Shingles (Herpes Zoster)

Shingles (herpes zoster) is a painful rash illness caused by reactivation of varicella-zoster virus (VZV)—the same virus that causes chickenpox. After chickenpox, VZV becomes latent in sensory nerve ganglia and can reactivate years later, typically producing a one-sided, dermatomal rash that usually does not cross the midline. [1] [6]

The clinical “headline” is pain (often burning/tingling) followed by clustered vesicles in a band-like distribution. Complications can include postherpetic neuralgia (persistent pain), and—depending on location—vision or hearing injury, neurologic disease, or pneumonia. [1] [6]

For transplant candidates and recipients, shingles is not just uncomfortable—it is also a marker of impaired cellular immunity and can be more severe, more disseminated, and more likely to involve organs. [5]

Clinical example: Dermatomal shingles rash (CDC photo example). Viewer discretion advised. [2]

Advanced liver disease and transplant-related immunosuppression can reduce VZV-specific cell-mediated immunity, increasing the risk of reactivation and complications. In solid organ transplantation, VZV can present more severely and may disseminate, particularly early after transplant or during periods of intensified immunosuppression. [1] [5]

Practical implication: in the pre-transplant window, shingles prevention planning (vaccination timing when appropriate) and rapid recognition/treatment are part of “staying transplant-ready.” [3] [4]
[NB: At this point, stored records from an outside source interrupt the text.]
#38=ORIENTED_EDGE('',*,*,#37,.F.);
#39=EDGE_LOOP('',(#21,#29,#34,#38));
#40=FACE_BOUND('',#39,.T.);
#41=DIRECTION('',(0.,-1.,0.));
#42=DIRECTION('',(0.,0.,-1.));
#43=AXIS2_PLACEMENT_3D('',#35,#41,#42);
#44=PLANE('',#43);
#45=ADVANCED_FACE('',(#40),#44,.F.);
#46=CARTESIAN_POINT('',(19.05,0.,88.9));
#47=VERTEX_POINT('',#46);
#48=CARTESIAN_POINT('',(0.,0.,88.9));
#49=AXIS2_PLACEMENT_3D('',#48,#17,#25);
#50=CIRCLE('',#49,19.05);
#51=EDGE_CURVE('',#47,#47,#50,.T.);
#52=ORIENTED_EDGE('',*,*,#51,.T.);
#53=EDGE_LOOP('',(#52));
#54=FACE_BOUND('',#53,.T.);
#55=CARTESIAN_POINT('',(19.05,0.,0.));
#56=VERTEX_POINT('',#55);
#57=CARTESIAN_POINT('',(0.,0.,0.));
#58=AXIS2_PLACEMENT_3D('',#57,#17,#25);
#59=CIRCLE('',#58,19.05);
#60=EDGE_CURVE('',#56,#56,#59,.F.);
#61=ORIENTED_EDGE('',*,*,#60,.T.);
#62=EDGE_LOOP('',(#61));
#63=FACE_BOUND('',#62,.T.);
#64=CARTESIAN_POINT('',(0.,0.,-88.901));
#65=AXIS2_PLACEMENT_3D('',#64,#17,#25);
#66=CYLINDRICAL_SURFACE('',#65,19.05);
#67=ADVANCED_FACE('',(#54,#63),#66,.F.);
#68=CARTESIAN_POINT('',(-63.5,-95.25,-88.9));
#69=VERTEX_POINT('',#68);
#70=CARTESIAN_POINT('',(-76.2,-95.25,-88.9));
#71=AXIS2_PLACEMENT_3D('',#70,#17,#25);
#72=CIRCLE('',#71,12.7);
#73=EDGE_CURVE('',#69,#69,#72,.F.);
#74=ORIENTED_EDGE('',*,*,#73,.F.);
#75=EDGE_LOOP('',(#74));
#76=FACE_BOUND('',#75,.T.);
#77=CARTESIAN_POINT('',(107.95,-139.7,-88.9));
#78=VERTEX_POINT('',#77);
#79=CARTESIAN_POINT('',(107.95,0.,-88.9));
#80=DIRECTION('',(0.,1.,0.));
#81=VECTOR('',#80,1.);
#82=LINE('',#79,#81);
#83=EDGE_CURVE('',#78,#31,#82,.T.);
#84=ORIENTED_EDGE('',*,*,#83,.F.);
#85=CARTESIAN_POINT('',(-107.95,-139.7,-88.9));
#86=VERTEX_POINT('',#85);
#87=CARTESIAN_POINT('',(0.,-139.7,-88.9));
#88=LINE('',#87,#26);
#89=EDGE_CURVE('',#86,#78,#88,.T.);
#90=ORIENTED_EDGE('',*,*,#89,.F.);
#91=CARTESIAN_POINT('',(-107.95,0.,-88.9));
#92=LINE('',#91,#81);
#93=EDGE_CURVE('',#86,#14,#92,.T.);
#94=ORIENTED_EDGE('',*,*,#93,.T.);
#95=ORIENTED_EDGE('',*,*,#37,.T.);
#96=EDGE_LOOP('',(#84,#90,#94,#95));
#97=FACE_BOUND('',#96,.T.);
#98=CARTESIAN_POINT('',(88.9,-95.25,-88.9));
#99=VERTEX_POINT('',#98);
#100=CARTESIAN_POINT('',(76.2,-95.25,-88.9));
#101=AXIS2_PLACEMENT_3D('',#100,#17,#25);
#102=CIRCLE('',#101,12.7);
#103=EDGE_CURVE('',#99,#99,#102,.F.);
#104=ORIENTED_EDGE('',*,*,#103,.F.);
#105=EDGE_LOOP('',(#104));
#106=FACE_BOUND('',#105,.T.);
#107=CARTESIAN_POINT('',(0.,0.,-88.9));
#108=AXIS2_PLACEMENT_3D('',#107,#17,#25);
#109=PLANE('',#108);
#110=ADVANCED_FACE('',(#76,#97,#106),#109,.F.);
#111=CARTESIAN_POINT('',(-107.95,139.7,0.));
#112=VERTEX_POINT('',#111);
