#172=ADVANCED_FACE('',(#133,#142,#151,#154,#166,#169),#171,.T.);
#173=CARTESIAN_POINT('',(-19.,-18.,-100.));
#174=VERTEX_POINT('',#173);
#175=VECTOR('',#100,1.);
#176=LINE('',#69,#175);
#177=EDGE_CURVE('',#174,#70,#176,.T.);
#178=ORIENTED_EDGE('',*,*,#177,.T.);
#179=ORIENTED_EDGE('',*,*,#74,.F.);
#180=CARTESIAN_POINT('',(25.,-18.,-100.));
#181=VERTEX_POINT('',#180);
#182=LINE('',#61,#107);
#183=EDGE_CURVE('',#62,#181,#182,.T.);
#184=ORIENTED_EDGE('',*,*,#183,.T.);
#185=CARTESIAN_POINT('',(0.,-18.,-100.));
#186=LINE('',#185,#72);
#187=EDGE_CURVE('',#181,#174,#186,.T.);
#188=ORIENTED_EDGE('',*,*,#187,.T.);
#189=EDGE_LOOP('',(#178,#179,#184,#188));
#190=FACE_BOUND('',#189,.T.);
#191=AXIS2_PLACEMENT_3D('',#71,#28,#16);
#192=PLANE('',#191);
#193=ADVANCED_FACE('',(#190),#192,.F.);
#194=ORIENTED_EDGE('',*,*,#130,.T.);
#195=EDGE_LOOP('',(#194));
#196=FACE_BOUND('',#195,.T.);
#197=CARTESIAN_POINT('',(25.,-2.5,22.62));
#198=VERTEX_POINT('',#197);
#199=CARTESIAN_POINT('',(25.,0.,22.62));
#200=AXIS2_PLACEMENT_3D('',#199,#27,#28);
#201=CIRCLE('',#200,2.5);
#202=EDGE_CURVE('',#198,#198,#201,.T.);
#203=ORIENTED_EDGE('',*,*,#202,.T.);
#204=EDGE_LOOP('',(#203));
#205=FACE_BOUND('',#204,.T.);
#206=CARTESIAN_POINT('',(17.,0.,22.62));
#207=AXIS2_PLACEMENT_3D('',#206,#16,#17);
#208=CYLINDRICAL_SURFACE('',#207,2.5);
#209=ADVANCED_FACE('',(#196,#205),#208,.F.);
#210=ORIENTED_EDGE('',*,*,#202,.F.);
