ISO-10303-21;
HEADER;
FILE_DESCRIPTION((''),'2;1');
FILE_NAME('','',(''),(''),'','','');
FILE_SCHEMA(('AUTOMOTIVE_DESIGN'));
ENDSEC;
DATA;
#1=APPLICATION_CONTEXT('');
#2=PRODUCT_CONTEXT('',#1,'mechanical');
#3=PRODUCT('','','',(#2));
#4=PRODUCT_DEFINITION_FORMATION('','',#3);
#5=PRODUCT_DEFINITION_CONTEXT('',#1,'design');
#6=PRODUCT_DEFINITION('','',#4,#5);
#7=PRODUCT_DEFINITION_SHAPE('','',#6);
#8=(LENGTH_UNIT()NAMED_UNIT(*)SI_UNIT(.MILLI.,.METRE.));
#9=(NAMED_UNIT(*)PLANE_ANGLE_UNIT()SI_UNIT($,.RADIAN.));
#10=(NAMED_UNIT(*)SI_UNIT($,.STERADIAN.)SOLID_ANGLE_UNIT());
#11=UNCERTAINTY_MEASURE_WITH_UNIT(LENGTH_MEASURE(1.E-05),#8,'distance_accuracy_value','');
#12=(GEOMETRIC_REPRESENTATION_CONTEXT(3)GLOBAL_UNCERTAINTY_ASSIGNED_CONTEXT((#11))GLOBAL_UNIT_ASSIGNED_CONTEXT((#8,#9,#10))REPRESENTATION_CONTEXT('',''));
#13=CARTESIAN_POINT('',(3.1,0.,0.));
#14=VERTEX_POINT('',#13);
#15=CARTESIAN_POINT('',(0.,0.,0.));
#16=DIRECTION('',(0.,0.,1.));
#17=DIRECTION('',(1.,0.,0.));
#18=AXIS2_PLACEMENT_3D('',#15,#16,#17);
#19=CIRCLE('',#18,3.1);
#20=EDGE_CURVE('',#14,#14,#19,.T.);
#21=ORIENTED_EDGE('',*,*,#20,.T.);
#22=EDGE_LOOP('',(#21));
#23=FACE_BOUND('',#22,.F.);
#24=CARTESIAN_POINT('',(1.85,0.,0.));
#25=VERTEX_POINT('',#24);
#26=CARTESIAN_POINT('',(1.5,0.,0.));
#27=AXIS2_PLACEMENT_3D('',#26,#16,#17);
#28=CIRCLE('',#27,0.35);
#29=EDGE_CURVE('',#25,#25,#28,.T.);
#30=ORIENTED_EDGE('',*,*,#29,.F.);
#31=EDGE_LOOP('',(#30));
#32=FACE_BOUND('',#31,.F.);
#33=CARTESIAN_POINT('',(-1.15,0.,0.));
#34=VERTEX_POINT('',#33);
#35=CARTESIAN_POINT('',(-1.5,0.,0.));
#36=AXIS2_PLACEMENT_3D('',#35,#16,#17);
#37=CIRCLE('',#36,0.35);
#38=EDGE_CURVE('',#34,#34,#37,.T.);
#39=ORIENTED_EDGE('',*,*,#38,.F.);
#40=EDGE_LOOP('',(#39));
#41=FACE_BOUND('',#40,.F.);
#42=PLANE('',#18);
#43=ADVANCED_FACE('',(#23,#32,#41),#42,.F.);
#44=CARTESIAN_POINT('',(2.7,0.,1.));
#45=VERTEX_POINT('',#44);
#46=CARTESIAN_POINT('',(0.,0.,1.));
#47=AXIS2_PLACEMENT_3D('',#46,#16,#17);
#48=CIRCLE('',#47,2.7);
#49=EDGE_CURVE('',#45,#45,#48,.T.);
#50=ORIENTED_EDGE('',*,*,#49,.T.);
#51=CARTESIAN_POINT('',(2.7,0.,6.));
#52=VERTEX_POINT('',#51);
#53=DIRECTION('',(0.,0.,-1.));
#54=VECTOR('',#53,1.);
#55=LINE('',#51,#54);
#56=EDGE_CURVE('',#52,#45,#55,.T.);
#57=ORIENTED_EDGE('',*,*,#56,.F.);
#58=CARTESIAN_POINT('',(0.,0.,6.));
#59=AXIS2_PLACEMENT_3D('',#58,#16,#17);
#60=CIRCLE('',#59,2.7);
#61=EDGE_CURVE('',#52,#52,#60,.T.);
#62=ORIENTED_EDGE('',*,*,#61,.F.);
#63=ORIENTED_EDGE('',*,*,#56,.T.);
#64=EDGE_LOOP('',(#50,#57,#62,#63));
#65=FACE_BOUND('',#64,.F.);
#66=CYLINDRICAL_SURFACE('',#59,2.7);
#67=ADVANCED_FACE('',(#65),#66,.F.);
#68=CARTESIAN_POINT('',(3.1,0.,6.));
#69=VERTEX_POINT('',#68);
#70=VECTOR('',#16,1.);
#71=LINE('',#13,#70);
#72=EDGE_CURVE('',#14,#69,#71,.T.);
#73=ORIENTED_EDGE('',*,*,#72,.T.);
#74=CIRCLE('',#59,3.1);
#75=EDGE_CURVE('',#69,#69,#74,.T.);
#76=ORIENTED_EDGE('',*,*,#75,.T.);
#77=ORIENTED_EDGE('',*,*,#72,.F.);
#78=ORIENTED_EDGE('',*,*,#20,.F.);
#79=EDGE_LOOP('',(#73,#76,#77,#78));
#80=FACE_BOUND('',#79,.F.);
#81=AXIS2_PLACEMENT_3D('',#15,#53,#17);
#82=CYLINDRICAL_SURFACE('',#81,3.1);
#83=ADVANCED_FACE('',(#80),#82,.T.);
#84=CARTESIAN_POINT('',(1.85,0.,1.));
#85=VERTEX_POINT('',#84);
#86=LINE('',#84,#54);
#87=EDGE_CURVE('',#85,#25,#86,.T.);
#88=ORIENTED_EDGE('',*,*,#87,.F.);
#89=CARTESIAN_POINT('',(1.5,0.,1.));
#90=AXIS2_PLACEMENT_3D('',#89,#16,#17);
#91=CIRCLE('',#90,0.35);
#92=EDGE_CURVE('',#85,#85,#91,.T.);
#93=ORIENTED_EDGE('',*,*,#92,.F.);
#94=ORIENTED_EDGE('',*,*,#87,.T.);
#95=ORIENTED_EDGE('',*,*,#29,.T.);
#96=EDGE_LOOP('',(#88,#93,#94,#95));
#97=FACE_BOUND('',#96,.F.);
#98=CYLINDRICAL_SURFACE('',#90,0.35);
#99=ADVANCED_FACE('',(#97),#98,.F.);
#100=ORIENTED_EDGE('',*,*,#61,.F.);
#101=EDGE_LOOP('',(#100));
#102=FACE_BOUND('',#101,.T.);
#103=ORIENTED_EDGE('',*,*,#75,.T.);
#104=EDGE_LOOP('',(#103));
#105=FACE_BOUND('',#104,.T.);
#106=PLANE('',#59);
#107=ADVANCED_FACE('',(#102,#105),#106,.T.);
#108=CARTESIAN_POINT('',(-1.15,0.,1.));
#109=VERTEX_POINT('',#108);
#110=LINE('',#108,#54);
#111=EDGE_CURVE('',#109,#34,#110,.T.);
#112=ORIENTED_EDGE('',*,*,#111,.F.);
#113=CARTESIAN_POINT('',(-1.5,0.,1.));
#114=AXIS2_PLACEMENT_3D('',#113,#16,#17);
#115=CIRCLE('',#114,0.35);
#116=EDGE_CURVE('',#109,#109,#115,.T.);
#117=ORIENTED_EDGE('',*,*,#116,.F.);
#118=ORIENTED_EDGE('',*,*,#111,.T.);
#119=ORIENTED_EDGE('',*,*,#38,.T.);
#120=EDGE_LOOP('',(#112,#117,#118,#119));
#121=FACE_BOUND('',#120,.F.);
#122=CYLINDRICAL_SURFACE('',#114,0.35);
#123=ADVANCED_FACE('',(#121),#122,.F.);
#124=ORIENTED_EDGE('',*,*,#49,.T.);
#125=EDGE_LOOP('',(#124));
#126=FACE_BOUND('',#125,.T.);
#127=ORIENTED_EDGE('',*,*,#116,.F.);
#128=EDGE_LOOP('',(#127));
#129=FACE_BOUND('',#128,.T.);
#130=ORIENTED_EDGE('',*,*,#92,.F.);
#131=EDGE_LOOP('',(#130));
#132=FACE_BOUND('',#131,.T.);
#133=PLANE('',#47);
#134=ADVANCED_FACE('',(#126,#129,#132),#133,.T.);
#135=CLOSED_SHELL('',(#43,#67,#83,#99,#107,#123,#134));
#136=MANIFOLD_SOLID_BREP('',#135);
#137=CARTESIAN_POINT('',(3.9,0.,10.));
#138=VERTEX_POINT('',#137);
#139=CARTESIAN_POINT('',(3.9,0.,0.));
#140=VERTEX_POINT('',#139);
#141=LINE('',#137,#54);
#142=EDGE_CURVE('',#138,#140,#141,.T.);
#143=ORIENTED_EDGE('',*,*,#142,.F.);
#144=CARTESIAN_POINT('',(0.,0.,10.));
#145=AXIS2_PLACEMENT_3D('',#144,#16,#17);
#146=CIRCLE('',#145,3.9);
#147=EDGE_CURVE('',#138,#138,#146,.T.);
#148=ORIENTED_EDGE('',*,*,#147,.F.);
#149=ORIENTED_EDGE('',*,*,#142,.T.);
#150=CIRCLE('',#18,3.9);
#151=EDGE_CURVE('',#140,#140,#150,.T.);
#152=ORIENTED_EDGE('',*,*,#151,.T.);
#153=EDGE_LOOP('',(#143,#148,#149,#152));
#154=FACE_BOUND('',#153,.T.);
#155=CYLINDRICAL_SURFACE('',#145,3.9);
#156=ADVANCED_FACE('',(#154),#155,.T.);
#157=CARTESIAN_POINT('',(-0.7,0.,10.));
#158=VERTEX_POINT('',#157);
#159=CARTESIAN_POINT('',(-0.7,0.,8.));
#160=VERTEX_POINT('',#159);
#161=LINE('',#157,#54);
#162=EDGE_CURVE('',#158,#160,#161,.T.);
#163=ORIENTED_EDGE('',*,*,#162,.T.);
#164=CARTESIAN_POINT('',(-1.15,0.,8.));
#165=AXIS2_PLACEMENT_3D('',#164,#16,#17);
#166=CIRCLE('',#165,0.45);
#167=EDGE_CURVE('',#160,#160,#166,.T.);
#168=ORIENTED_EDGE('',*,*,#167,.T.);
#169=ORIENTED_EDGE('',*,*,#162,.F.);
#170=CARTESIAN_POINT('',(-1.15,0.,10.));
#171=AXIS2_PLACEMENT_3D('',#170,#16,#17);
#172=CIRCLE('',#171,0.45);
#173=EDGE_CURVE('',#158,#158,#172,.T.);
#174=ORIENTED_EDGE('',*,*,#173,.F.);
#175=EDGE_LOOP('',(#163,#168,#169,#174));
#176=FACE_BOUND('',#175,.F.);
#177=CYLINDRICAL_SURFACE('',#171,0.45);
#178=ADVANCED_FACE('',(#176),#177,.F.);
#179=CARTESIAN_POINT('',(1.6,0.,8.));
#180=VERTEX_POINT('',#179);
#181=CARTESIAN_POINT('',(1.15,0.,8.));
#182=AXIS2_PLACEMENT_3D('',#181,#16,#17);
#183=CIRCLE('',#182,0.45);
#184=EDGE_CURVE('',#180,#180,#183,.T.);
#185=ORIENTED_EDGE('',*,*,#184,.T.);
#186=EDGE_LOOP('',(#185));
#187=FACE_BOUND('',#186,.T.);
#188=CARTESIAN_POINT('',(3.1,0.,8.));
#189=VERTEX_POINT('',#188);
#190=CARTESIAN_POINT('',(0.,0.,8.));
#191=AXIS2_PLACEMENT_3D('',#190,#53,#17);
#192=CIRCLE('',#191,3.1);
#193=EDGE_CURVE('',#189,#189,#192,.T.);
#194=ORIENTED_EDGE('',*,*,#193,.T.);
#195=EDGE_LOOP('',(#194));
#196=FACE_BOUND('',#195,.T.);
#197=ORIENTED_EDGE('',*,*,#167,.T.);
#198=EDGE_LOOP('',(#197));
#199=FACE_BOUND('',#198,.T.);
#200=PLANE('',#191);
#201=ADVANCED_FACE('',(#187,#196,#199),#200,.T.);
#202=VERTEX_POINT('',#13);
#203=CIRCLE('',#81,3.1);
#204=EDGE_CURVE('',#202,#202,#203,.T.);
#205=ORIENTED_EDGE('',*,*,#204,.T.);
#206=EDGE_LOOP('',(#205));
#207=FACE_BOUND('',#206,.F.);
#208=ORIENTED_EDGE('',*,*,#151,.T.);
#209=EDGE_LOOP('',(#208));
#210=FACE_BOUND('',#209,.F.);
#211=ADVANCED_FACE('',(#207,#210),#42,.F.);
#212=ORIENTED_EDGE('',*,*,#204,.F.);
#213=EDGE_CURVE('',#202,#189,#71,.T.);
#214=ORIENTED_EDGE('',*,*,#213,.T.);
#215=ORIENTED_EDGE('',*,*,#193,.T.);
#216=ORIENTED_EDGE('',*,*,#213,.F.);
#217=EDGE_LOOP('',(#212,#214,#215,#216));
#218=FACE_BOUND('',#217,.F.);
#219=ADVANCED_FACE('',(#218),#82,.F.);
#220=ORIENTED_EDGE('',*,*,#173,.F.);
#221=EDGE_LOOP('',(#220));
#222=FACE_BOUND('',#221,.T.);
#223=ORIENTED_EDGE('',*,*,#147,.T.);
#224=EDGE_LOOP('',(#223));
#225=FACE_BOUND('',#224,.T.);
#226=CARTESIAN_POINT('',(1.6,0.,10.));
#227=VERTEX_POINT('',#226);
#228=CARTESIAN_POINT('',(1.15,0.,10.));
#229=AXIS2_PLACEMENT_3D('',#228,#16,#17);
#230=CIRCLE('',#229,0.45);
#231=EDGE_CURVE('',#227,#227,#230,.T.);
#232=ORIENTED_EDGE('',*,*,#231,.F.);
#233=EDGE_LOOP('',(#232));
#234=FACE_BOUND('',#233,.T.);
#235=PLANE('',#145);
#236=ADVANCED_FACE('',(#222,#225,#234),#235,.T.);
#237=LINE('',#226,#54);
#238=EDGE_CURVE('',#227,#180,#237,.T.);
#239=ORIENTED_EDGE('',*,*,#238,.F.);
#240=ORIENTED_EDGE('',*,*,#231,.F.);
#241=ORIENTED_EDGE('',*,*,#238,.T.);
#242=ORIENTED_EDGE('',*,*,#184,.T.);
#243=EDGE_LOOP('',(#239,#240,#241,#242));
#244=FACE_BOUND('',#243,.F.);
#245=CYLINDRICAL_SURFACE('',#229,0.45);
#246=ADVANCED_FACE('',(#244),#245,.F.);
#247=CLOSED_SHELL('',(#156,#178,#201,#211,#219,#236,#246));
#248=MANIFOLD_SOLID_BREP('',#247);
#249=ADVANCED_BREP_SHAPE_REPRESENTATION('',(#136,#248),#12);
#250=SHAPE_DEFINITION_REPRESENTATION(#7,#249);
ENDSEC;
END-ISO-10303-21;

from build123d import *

# Parameters (mm, degrees)
SKETCH_R        = 3.1
PAD_DEPTH       = 6
SKETCH001_R     = 2.7
POCKET_DEPTH    = 5
SKETCH002_R     = 0.35
POCKET001_DEPTH = 1.001
SKETCH003_R     = 3.9
PAD001_DEPTH    = 10
SKETCH004_R     = 3.1
POCKET002_DEPTH = 8
SKETCH005_R     = 0.45
POCKET003_DEPTH = 10.001


with BuildPart() as ldr_housing:
    # Sketch → Pad (new body)
    with BuildSketch(Plane.XY):
        Circle(SKETCH_R)
    extrude(amount=PAD_DEPTH)

    # Sketch001 (on Face3 of Pad) → Pocket (cut)
    with BuildSketch(Plane.XY.offset(6)):
        Circle(SKETCH001_R)
    extrude(amount=-POCKET_DEPTH, mode=Mode.SUBTRACT)

    # Sketch002 (on Face5 of Pocket) → Pocket001 (cut, through all)
    with BuildSketch(Plane.XY.offset(1)):
        with Locations((-1.5, 0)):
            Circle(SKETCH002_R)
        with Locations((1.5, 0)):
            Circle(SKETCH002_R)
    extrude(amount=-POCKET001_DEPTH, mode=Mode.SUBTRACT)


with BuildPart() as led_housing:
    # Sketch003 (on DatumPlane) → Pad001 (new body)
    with BuildSketch(Plane.XY.offset(10)):
        Circle(SKETCH003_R)
    extrude(amount=-PAD001_DEPTH)

    # Sketch004 (on Face3 of Pad001) → Pocket002 (cut)
    with BuildSketch(Plane(origin=(0, 0, 0), x_dir=(1, 0, 0), z_dir=(0, 0, -1))):
        Circle(SKETCH004_R)
    extrude(amount=-POCKET002_DEPTH, mode=Mode.SUBTRACT)

    # Sketch005 (on Face2 of Pocket002) → Pocket003 (cut, through all)
    with BuildSketch(Plane.XY.offset(10)):
        with Locations((-1.15, 0)):
            Circle(SKETCH005_R)
        with Locations((1.15, 0)):
            Circle(SKETCH005_R)
    extrude(amount=-POCKET003_DEPTH, mode=Mode.SUBTRACT)


solid = Compound([ldr_housing.part, led_housing.part])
Typical shingles features include localized pain/tingling, followed by a unilateral rash in one or two adjacent dermatomes. The rash usually does not cross the midline and commonly heals in 2–4 weeks. [1]

Red flags that should prompt urgent same-day evaluation:

• Rash on the face, especially near the eye, or any eye pain/redness/vision changes (risk of corneal involvement and vision loss). [1] [7]
• Widespread (disseminated) rash, severe headache/neck stiffness, confusion, weakness, or shortness of breath (possible systemic/neurologic/pulmonary involvement). [1] [5]
• Immunocompromised state (including transplant candidates/recipients): lower threshold for urgent evaluation and treatment. [3] [5]

Shingles is often diagnosed clinically once the rash appears. When confirmation is needed (atypical rash, immunocompromised host, or concern for alternative diagnoses), PCR testing of lesion material is considered the most helpful laboratory test to confirm VZV. [1]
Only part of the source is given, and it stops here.